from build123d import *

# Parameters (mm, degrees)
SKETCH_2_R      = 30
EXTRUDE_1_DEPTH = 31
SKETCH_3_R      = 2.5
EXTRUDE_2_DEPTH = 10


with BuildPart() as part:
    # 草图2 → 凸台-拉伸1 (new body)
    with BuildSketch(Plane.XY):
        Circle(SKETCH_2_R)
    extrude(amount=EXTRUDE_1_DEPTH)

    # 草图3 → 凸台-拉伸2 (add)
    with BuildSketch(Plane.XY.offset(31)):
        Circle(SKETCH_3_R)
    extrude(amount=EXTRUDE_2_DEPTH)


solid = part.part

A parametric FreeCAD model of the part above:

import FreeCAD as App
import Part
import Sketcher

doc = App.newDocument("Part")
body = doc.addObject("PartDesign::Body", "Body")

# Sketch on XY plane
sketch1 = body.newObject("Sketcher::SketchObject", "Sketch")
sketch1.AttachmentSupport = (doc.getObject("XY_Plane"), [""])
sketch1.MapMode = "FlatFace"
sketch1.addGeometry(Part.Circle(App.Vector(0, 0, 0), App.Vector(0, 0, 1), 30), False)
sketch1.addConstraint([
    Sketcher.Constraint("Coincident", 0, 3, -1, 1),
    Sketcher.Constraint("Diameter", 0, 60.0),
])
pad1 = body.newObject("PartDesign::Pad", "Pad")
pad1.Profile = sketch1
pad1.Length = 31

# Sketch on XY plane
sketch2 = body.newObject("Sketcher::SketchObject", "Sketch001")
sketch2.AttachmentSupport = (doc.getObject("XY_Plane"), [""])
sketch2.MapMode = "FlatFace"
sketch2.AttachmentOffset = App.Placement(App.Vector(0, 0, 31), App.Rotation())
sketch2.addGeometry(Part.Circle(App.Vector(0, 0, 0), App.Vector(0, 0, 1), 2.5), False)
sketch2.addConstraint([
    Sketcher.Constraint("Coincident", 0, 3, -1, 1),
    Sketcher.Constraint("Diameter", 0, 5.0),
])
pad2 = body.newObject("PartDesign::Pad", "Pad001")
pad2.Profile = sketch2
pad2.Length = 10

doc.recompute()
:::
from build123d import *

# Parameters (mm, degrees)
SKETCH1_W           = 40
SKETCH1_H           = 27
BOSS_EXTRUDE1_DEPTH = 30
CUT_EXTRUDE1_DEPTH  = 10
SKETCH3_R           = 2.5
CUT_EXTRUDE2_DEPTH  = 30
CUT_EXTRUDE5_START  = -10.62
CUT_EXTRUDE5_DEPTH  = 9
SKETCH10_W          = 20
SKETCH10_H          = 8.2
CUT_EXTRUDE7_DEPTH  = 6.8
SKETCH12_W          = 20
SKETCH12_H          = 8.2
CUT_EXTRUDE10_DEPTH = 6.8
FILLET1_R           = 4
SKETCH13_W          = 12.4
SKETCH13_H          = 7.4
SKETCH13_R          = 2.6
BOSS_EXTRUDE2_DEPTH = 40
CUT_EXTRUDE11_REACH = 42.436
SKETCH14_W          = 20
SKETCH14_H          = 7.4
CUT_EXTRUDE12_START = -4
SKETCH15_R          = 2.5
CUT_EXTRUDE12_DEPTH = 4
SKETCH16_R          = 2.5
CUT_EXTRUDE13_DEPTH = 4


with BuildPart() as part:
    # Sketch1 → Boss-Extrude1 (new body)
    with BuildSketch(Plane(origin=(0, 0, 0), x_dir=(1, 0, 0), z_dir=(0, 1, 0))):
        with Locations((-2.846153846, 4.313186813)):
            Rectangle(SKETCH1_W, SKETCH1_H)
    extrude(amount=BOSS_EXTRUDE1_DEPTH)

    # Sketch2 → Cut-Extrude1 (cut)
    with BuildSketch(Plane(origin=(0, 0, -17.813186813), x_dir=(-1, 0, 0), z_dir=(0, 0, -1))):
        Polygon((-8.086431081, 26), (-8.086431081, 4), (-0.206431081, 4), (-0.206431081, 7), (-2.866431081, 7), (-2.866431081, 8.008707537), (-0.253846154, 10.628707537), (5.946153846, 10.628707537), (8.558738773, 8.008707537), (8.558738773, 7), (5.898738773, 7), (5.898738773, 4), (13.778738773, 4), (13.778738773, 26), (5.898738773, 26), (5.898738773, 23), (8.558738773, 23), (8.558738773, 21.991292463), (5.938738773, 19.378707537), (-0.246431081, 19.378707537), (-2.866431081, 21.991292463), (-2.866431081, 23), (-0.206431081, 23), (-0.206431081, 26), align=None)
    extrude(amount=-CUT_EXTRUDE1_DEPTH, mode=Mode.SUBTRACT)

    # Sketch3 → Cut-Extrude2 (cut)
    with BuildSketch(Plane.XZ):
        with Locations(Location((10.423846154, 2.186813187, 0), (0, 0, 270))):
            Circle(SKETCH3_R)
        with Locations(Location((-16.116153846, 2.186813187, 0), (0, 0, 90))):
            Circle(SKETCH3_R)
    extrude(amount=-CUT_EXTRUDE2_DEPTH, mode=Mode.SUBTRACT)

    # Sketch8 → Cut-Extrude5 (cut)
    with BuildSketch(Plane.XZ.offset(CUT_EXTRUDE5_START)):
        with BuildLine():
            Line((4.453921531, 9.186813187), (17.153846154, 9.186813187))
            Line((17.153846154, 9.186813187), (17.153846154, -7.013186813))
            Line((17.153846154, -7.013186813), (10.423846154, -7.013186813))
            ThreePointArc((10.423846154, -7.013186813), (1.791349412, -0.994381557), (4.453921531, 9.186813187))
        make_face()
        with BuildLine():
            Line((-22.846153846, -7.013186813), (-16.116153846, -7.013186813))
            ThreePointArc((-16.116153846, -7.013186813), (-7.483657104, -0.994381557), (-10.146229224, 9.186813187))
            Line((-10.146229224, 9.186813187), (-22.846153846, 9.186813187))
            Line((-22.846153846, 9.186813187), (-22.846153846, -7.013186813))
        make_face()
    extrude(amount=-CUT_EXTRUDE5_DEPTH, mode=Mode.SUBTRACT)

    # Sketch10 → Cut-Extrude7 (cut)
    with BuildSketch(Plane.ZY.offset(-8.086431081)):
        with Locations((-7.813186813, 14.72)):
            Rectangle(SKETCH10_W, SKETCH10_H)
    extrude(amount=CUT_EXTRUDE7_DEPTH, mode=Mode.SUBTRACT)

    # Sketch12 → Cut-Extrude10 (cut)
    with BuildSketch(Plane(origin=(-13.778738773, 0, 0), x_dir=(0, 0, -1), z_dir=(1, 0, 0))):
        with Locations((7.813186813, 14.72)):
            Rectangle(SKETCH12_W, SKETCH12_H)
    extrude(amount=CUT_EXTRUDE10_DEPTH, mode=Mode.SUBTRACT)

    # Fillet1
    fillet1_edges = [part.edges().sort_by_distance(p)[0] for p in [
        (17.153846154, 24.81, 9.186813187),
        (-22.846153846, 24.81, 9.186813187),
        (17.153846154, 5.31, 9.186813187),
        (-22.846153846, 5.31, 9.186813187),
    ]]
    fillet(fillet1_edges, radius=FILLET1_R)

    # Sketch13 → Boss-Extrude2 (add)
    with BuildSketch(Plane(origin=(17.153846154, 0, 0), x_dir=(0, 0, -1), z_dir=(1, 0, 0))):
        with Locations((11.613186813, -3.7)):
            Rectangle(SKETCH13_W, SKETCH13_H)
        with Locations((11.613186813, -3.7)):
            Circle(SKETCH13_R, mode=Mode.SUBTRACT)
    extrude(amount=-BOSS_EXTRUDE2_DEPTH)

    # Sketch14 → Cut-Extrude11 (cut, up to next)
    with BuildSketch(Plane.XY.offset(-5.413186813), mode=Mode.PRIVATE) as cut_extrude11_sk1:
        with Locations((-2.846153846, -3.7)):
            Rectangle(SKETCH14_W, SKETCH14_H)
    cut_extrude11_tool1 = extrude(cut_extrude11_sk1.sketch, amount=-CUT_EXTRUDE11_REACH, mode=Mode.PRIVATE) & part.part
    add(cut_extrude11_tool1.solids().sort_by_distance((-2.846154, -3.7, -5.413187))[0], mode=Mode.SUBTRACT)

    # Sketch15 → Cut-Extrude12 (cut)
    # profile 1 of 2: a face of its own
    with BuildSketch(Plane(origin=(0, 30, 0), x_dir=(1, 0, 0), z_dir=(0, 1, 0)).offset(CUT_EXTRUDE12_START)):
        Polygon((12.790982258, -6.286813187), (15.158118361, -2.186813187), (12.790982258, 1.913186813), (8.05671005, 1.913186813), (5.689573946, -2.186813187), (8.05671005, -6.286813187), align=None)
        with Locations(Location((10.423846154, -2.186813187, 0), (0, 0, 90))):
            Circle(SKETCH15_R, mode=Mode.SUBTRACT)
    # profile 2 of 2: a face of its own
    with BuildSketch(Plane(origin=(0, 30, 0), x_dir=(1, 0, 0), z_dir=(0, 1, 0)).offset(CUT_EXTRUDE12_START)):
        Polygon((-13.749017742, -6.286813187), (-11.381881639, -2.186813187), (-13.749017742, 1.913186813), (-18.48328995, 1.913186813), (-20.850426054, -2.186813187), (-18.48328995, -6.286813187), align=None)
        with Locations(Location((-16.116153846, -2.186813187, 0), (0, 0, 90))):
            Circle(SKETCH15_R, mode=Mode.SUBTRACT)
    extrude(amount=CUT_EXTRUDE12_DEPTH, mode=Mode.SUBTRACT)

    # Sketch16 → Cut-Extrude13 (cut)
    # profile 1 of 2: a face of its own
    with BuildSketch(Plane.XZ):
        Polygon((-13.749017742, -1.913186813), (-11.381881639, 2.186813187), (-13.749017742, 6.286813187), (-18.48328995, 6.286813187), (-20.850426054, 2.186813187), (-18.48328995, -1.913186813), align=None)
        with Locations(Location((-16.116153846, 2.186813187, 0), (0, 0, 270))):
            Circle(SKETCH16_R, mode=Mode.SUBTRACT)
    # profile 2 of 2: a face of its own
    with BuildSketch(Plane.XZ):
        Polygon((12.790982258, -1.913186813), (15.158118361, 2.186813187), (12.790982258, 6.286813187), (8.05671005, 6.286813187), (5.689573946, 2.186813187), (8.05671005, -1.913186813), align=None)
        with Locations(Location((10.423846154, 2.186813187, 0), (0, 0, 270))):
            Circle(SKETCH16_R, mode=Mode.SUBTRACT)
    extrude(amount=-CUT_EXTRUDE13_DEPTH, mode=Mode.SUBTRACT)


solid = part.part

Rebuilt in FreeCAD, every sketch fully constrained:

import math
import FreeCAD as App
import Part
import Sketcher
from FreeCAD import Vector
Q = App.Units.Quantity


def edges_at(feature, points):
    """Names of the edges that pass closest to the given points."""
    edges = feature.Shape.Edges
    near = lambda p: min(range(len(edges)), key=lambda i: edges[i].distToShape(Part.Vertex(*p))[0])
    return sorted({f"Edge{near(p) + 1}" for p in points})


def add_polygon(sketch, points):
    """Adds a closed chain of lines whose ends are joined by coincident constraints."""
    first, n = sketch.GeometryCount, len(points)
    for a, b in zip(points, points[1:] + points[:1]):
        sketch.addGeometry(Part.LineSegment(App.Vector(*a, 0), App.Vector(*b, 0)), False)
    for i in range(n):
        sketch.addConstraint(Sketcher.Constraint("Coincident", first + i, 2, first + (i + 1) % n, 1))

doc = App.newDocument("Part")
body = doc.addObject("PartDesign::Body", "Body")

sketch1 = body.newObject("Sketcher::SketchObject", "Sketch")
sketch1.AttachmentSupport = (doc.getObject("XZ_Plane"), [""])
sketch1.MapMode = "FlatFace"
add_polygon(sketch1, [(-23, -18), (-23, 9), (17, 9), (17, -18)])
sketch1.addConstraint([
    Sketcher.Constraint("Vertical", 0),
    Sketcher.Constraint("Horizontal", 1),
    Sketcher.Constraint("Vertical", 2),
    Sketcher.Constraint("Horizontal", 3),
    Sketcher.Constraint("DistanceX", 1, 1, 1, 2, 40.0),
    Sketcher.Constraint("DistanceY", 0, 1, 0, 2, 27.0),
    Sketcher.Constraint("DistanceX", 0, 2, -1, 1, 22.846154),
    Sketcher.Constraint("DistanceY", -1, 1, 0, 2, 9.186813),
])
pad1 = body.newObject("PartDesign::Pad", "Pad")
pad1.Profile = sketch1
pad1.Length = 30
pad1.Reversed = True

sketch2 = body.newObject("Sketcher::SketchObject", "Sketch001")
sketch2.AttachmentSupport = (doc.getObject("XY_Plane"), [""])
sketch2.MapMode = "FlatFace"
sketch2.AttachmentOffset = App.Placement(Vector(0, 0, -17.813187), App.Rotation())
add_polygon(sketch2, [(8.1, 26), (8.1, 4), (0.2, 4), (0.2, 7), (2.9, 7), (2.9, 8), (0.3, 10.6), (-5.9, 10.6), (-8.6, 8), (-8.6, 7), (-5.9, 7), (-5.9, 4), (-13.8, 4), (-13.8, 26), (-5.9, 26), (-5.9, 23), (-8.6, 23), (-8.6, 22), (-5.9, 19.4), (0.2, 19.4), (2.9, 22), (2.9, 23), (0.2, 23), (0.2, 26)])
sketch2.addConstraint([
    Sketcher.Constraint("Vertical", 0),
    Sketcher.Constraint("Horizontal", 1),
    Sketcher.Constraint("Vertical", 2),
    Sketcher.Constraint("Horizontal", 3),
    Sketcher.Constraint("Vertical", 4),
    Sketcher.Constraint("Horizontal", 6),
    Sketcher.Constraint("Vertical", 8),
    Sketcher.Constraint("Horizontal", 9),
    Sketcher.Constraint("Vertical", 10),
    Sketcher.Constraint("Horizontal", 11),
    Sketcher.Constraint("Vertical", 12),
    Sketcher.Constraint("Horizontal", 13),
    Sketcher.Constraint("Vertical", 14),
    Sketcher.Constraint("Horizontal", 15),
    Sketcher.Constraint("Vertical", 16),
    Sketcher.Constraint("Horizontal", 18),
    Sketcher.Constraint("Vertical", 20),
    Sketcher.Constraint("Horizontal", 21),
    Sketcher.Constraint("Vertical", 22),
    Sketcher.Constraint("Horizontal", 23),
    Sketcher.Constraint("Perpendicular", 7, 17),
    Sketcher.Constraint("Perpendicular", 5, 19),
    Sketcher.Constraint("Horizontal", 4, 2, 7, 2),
:::
WHAT TO PRODUCE:
The range runs from the line above containing "# Sketch13 → Boss-Extrude2 (add)" to the line containing "(-18.48328995, -6.286813187), align=None)", inclusive. Restate those lines word for word and no others.

THE COMPLETED TASK:
    # Sketch13 → Boss-Extrude2 (add)
    with BuildSketch(Plane(origin=(17.153846154, 0, 0), x_dir=(0, 0, -1), z_dir=(1, 0, 0))):
        with Locations((11.613186813, -3.7)):
            Rectangle(SKETCH13_W, SKETCH13_H)
        with Locations((11.613186813, -3.7)):
            Circle(SKETCH13_R, mode=Mode.SUBTRACT)
    extrude(amount=-BOSS_EXTRUDE2_DEPTH)

    # Sketch14 → Cut-Extrude11 (cut, up to next)
    with BuildSketch(Plane.XY.offset(-5.413186813), mode=Mode.PRIVATE) as cut_extrude11_sk1:
        with Locations((-2.846153846, -3.7)):
            Rectangle(SKETCH14_W, SKETCH14_H)
    cut_extrude11_tool1 = extrude(cut_extrude11_sk1.sketch, amount=-CUT_EXTRUDE11_REACH, mode=Mode.PRIVATE) & part.part
    add(cut_extrude11_tool1.solids().sort_by_distance((-2.846154, -3.7, -5.413187))[0], mode=Mode.SUBTRACT)

    # Sketch15 → Cut-Extrude12 (cut)
    # profile 1 of 2: a face of its own
    with BuildSketch(Plane(origin=(0, 30, 0), x_dir=(1, 0, 0), z_dir=(0, 1, 0)).offset(CUT_EXTRUDE12_START)):
        Polygon((12.790982258, -6.286813187), (15.158118361, -2.186813187), (12.790982258, 1.913186813), (8.05671005, 1.913186813), (5.689573946, -2.186813187), (8.05671005, -6.286813187), align=None)
        with Locations(Location((10.423846154, -2.186813187, 0), (0, 0, 90))):
            Circle(SKETCH15_R, mode=Mode.SUBTRACT)
    # profile 2 of 2: a face of its own
    with BuildSketch(Plane(origin=(0, 30, 0), x_dir=(1, 0, 0), z_dir=(0, 1, 0)).offset(CUT_EXTRUDE12_START)):
        Polygon((-13.749017742, -6.286813187), (-11.381881639, -2.186813187), (-13.749017742, 1.913186813), (-18.48328995, 1.913186813), (-20.850426054, -2.186813187), (-18.48328995, -6.286813187), align=None)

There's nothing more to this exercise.